Saved data entries
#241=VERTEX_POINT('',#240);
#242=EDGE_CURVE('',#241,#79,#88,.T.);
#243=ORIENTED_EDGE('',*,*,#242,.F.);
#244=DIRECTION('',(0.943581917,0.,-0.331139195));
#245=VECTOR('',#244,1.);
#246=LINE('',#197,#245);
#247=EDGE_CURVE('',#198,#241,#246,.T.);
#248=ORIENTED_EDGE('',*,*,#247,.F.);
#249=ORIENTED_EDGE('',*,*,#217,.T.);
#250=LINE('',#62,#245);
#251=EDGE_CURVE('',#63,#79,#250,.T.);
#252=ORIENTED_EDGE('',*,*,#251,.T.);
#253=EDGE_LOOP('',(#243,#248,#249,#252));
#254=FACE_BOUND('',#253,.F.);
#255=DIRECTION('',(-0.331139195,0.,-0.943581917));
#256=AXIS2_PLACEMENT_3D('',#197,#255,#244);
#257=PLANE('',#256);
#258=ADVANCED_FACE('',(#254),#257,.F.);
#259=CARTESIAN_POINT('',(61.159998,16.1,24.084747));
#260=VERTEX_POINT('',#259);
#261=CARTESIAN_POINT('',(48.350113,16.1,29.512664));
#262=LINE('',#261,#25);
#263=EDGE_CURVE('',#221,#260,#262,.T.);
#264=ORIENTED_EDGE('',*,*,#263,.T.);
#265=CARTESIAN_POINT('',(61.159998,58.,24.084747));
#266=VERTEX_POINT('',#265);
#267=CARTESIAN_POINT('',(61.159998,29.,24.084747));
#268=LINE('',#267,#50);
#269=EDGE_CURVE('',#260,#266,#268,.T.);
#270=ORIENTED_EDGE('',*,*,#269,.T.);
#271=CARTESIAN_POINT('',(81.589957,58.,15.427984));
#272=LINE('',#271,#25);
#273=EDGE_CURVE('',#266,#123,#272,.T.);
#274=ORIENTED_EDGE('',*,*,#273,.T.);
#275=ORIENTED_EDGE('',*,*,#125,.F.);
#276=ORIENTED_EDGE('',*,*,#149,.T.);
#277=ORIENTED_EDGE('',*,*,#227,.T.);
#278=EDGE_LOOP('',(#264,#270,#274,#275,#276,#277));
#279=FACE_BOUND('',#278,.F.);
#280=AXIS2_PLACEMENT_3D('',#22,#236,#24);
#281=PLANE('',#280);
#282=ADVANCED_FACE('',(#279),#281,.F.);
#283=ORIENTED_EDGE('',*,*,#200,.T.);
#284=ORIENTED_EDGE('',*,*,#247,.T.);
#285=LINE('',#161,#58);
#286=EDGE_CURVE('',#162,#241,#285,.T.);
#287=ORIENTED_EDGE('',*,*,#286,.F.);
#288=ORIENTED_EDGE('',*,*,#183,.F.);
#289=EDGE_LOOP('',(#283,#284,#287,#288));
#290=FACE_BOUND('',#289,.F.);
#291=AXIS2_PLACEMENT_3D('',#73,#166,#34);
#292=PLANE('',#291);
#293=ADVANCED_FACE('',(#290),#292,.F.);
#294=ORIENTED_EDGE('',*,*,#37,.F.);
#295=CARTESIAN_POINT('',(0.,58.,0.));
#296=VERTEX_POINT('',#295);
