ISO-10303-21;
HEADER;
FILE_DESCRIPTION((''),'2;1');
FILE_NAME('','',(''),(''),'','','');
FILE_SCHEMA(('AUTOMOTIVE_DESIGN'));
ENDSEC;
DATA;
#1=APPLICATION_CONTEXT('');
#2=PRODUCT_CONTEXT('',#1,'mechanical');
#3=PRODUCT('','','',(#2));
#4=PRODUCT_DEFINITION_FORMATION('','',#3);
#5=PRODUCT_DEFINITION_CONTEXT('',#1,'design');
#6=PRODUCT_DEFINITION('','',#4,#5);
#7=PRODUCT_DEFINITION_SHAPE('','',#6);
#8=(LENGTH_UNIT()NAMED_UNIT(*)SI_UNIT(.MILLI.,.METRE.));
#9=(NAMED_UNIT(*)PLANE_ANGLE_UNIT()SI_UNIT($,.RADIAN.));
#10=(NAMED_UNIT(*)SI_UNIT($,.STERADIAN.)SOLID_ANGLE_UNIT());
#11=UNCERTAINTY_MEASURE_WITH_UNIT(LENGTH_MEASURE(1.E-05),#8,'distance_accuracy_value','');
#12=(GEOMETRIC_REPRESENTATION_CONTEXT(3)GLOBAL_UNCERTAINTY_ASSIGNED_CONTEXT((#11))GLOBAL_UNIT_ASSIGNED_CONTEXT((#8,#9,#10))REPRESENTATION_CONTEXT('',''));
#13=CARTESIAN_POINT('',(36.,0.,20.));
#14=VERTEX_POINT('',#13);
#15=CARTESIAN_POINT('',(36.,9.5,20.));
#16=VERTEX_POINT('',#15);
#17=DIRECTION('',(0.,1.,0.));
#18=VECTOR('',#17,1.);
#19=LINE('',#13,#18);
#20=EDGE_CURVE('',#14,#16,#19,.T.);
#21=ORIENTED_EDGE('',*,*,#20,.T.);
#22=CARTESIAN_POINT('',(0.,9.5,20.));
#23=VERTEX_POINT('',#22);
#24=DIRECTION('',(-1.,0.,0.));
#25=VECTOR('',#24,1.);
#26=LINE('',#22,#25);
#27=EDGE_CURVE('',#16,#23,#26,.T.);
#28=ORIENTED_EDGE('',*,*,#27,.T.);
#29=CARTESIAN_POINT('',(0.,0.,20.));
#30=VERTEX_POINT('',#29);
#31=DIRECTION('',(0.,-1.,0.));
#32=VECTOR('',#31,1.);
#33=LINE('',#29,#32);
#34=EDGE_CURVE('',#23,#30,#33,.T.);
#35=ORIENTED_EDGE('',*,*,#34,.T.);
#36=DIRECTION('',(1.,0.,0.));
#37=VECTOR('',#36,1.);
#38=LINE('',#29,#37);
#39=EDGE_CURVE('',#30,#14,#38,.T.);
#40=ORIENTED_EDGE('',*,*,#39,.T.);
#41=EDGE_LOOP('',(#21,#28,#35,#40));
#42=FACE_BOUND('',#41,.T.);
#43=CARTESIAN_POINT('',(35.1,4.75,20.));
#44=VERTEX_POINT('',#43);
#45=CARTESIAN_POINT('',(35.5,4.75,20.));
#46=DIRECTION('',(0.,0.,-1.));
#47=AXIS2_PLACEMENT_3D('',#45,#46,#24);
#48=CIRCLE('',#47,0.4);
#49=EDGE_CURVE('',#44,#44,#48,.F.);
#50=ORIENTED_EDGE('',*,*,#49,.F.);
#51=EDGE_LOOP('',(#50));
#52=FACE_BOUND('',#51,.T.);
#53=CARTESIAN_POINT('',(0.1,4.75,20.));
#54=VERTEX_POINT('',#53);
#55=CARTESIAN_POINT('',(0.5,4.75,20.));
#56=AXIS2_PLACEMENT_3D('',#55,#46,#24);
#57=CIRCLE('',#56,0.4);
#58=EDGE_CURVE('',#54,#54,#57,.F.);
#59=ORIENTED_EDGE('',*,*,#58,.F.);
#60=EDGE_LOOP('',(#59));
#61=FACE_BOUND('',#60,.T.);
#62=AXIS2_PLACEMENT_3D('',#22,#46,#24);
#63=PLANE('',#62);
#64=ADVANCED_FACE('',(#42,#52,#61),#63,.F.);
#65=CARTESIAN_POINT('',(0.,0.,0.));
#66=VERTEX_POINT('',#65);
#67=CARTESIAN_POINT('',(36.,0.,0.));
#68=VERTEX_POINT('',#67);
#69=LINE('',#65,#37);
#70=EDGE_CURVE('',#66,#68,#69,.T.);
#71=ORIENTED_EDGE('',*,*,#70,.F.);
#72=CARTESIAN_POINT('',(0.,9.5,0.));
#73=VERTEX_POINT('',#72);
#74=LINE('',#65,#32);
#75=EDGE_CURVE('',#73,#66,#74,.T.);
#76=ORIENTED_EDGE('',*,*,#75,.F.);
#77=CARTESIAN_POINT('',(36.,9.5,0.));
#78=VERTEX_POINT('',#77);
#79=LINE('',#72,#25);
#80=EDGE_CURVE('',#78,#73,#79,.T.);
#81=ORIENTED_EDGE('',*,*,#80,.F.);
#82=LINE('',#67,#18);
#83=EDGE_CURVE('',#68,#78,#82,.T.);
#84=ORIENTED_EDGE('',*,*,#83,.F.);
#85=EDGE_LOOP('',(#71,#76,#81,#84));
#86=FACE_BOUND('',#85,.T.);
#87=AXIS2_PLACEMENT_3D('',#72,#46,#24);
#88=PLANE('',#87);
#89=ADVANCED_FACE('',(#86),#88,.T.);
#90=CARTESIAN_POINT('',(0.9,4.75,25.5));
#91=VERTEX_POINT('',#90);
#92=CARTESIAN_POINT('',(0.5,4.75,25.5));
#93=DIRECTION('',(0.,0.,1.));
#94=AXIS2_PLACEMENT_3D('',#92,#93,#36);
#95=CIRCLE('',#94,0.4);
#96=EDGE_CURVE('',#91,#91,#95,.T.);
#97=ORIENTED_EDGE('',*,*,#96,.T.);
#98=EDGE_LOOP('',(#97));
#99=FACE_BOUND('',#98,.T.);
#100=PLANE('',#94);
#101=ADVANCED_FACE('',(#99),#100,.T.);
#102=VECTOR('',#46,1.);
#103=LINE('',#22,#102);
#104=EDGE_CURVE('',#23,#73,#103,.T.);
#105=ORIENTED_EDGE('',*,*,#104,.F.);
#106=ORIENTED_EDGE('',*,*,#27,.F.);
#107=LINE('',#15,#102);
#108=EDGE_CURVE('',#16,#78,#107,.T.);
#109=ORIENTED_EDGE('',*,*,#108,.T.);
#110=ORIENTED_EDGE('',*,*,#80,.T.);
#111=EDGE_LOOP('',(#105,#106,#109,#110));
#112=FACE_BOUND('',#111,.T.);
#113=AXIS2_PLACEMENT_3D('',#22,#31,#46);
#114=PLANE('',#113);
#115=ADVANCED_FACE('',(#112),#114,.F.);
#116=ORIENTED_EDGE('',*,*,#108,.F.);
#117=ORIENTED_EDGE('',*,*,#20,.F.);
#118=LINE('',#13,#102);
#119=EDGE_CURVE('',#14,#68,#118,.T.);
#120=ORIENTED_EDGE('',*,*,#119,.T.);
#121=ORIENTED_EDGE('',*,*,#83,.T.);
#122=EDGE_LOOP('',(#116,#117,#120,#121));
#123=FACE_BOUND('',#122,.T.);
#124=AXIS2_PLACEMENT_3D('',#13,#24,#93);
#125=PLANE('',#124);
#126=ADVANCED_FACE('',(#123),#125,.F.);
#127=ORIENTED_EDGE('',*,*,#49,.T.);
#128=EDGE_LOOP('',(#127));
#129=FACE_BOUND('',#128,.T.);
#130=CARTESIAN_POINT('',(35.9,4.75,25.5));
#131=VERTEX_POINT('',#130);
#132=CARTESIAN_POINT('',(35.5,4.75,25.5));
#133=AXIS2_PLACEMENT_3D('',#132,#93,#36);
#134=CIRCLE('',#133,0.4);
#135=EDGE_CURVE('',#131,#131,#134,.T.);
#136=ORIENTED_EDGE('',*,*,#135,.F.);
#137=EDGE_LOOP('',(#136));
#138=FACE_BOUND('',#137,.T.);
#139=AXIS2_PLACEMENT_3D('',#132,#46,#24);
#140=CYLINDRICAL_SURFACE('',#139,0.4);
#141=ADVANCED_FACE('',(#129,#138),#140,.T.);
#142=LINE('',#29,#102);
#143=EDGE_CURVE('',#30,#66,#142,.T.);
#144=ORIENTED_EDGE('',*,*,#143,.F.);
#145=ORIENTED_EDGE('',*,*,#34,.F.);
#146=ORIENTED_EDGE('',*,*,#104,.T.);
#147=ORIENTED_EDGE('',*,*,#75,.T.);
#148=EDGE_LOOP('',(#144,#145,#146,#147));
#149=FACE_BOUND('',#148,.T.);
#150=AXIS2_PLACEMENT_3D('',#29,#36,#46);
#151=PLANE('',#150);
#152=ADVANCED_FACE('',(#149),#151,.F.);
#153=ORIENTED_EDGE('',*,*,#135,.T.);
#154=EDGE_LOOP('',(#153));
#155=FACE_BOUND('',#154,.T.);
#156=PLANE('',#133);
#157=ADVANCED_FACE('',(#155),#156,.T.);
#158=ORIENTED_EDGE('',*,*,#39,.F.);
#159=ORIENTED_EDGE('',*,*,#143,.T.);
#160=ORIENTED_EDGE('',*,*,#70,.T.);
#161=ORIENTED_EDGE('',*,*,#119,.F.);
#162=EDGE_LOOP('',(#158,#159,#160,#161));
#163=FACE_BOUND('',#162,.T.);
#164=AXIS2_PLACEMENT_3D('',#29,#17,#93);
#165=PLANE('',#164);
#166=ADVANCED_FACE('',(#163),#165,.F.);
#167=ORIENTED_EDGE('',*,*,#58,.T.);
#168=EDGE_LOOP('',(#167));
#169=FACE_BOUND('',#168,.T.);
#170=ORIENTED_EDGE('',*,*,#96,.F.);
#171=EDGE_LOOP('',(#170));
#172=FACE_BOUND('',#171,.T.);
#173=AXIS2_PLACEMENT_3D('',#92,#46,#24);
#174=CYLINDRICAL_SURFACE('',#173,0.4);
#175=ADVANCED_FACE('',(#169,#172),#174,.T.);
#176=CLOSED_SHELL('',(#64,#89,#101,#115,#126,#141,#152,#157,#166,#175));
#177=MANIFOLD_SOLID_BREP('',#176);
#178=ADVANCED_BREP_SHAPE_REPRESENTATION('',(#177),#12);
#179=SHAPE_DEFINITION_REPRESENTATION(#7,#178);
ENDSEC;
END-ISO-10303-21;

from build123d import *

# Parameters (mm, degrees)
SKETCH_1_W      = 36
SKETCH_1_H      = 9.5
EXTRUDE_1_DEPTH = 20
SKETCH_2_R      = 0.4
EXTRUDE_2_DEPTH = 5.5


with BuildPart() as part:
    # Эскиз1 → Вытянуть1 (new body)
    with BuildSketch(Plane.XY):
        with Locations((18, 4.75)):
            Rectangle(SKETCH_1_W, SKETCH_1_H)
    extrude(amount=EXTRUDE_1_DEPTH)

    # Эскиз2 → Вытянуть2 (add)
    with BuildSketch(Plane.XY.offset(20)):
        with Locations(Location((0.5, 4.75, 0), (0, 0, 180))):
            Circle(SKETCH_2_R)
        with Locations(Location((35.5, 4.75, 0), (0, 0, 180))):
            Circle(SKETCH_2_R)
    extrude(amount=EXTRUDE_2_DEPTH)


solid = part.part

PROBLEM TO SOLVE:
Here the job is to transcribe the lines from the first line of the data through the line containing "#257=PLANE('',#256);", inclusive, exactly and with nothing else.

SOLUTION TO THE EXERCISE:
#241=VERTEX_POINT('',#240);
#242=EDGE_CURVE('',#241,#79,#88,.T.);
#243=ORIENTED_EDGE('',*,*,#242,.F.);
#244=DIRECTION('',(0.943581917,0.,-0.331139195));
#245=VECTOR('',#244,1.);
#246=LINE('',#197,#245);
#247=EDGE_CURVE('',#198,#241,#246,.T.);
#248=ORIENTED_EDGE('',*,*,#247,.F.);
#249=ORIENTED_EDGE('',*,*,#217,.T.);
#250=LINE('',#62,#245);
#251=EDGE_CURVE('',#63,#79,#250,.T.);
#252=ORIENTED_EDGE('',*,*,#251,.T.);
#253=EDGE_LOOP('',(#243,#248,#249,#252));
#254=FACE_BOUND('',#253,.F.);
#255=DIRECTION('',(-0.331139195,0.,-0.943581917));
#256=AXIS2_PLACEMENT_3D('',#197,#255,#244);
#257=PLANE('',#256);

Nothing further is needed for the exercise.